Come si affronta il gravissimo problema dell’antibiotico-resistenza.
«Con l’educazione. Serve un’informazione indipendente. Chi prescrive, prescrive solo sulla base della pubblicità di chi vende. C’è perfino chi assume un antibiotico, prima di prendere un vaccino. O ci sono le mamme che danno antibiotici a bambini anche se hanno malattie di tipo virali. E non abbiamo mai adeguato le confezioni degli antibiotici. Normalmente si danno due compresse al giorno per sei giorni. Bene, le confezioni italiane sono sempre di dieci compresse e così devo comprare per forza due confezioni. E così, quando magari una mamma vede che ci sono ancora delle compresse, in buona fede le dà al figlio se ha qualche linea di febbre».

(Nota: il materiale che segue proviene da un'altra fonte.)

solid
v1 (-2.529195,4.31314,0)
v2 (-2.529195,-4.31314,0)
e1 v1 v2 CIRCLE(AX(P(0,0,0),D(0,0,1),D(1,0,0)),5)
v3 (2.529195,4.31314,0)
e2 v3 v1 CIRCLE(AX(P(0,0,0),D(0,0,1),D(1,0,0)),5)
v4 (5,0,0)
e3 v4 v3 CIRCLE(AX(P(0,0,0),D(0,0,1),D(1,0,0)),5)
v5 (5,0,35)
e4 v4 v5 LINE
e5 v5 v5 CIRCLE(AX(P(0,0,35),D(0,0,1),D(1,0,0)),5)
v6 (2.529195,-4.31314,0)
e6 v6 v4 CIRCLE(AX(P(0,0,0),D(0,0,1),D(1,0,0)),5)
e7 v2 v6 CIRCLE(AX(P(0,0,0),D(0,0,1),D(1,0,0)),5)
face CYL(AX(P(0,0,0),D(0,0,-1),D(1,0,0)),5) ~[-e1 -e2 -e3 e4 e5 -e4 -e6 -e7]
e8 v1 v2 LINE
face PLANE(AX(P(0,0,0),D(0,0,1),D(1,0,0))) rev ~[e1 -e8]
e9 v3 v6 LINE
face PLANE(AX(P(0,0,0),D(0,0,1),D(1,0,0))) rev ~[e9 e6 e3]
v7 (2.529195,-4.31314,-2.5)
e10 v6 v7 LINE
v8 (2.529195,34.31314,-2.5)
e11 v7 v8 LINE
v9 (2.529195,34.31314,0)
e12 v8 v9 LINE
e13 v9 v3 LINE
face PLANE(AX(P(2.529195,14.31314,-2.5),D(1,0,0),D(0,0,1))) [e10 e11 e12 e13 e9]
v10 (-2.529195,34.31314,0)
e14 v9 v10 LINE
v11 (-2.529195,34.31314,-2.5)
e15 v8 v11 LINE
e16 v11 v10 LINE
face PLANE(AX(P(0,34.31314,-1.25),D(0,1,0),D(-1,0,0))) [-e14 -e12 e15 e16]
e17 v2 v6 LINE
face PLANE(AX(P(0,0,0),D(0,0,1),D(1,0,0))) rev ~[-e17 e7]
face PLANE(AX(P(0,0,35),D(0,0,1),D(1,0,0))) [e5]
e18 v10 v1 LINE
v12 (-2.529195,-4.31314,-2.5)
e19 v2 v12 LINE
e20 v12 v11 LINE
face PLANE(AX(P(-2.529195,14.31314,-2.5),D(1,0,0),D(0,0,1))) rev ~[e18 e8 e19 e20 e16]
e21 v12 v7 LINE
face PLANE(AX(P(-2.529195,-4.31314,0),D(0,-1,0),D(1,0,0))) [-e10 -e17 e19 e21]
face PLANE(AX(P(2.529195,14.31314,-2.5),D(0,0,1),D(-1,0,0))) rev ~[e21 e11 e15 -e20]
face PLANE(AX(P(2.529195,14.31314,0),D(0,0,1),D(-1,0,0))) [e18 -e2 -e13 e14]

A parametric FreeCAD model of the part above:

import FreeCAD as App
import Part
import Sketcher

V = App.Vector
Q = App.Units.Quantity


def add_polygon(sketch, points):
    """Adds a closed chain of lines whose ends are joined by coincident constraints."""
    first, n = sketch.GeometryCount, len(points)
    for a, b in zip(points, points[1:] + points[:1]):
        sketch.addGeometry(Part.LineSegment(App.Vector(*a, 0), App.Vector(*b, 0)), False)
    for i in range(n):
        sketch.addConstraint(Sketcher.Constraint("Coincident", first + i, 2, first + (i + 1) % n, 1))

doc = App.newDocument("Part")
body = doc.addObject("PartDesign::Body", "Body")

# Sketch on XY plane
sketch1 = body.newObject("Sketcher::SketchObject", "Sketch")
sketch1.AttachmentSupport = (doc.getObject("XY_Plane"), [""])
sketch1.MapMode = "FlatFace"
sketch1.addGeometry(Part.Circle(V(0, 0, 0), V(0, 0, 1), 5), False)
sketch1.addConstraint([
    Sketcher.Constraint("Coincident", 0, 3, -1, 1),
    Sketcher.Constraint("Diameter", 0, Q("10 mm")),
])
pad1 = body.newObject("PartDesign::Pad", "Pad")
pad1.Profile = sketch1
pad1.Length = 35

# Sketch on XY plane
sketch2 = body.newObject("Sketcher::SketchObject", "Sketch001")
sketch2.AttachmentSupport = (doc.getObject("XY_Plane"), [""])
sketch2.MapMode = "FlatFace"
add_polygon(sketch2, [(-2.529195, -4.31314), (-2.529195, 14.31314), (2.529195, 14.31314), (2.529195, -4.31314)])  # lines 0-3
sketch2.addConstraint([
    Sketcher.Constraint("Vertical", 0),
    Sketcher.Constraint("Horizontal", 1),
    Sketcher.Constraint("Vertical", 2),
    Sketcher.Constraint("Horizontal", 3),
    Sketcher.Constraint("DistanceX", 1, 1, 1, 2, Q("5.05839 mm")),
    Sketcher.Constraint("DistanceY", 0, 1, 0, 2, Q("18.62628 mm")),
    Sketcher.Constraint("DistanceY", -1, 1, 0, 2, Q("14.31314 mm")),
    Sketcher.Constraint("DistanceX", 0, 2, -1, 1, Q("2.529195 mm")),
])
pad2 = body.newObject("PartDesign::Pad", "Pad001")
pad2.Profile = sketch2
pad2.Length = 2.5
pad2.Reversed = True

# Sketch on XZ plane
sketch3 = body.newObject("Sketcher::SketchObject", "Sketch002")
sketch3.AttachmentSupport = (doc.getObject("XZ_Plane"), [""])
sketch3.MapMode = "FlatFace"
sketch3.AttachmentOffset = App.Placement(V(0, 0, -14.31314), App.Rotation())
add_polygon(sketch3, [(2.529195, 0), (2.529195, -2.5), (-2.529195, -2.5), (-2.529195, 0)])  # lines 0-3
sketch3.addConstraint([
    Sketcher.Constraint("Vertical", 0),
    Sketcher.Constraint("Horizontal", 1),
    Sketcher.Constraint("Vertical", 2),
    Sketcher.Constraint("Horizontal", 3),
    Sketcher.Constraint("Symmetric", 2, 2, 3, 2, -1, 1),
    Sketcher.Constraint("DistanceY", 0, 2, 0, 1, Q("2.5 mm")),
    Sketcher.Constraint("DistanceX", 1, 2, 1, 1, Q("5.05839 mm")),
])
pad3 = body.newObject("PartDesign::Pad", "Pad002")
pad3.Profile = sketch3
pad3.Length = 20
pad3.Reversed = True

doc.recompute()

Qual è lo scenario con cui abbiamo a che fare?
«In Italia siamo il Paese che prescrive più antibiotici della media europea. Abbiamo 10.000 morti all’anno per antibiotico-resistenza: significa un terzo di tutta l’Europa. Ricordiamolo: se abuso dell’uso degli antibiotici anche quando non ne ho bisogno, quando mi serve sul serio potrebbe non funzionare più. Ma ripeto: il problema è che tutta l’informazione deriva da chi vende. I medici vanno ai congressi? Paga l’industria farmaceutica. Le società scientifiche da chi vendono sostenute? Da chi vende farmaci. E c’è anche un altro fatto. Il mercato della medicina, come tutti i mercati, vuole aumentare. E allora si diminuiscono i livelli di “normalità” per allargare la platea dei potenziali consumatori. Per anni, il colesterolo “normale” era fino a 240 mg/dl; ora è sotto 180. La pressione normale era 140/90, oggi si parla di 120/60. È chiaro che così cresce il numero di persone considerate malate, e quindi anche il mercato dei farmaci».8
Come mai c’è questo aumento dell’uso degli psicofarmaci tra i minori?
«Molto dipende dai danni indotti dal Covid e dal fatto che non sono andati a scuola e per un periodo hanno perso le normali relazioni. Ma noi non sappiamo quasi nulla sugli effetti a lungo termine di molte sostanze chimiche sul cervello di un giovane. Non ci sono studi adeguati. E anche se li facessimo, i risultati si vedrebbero solo tra 30 o 40 anni. Lo stesso vale per la cannabis: oggi vediamo molti più casi di psicosi, schizofrenia e depressione. I danni si manifestano solo ora, dopo anni di uso».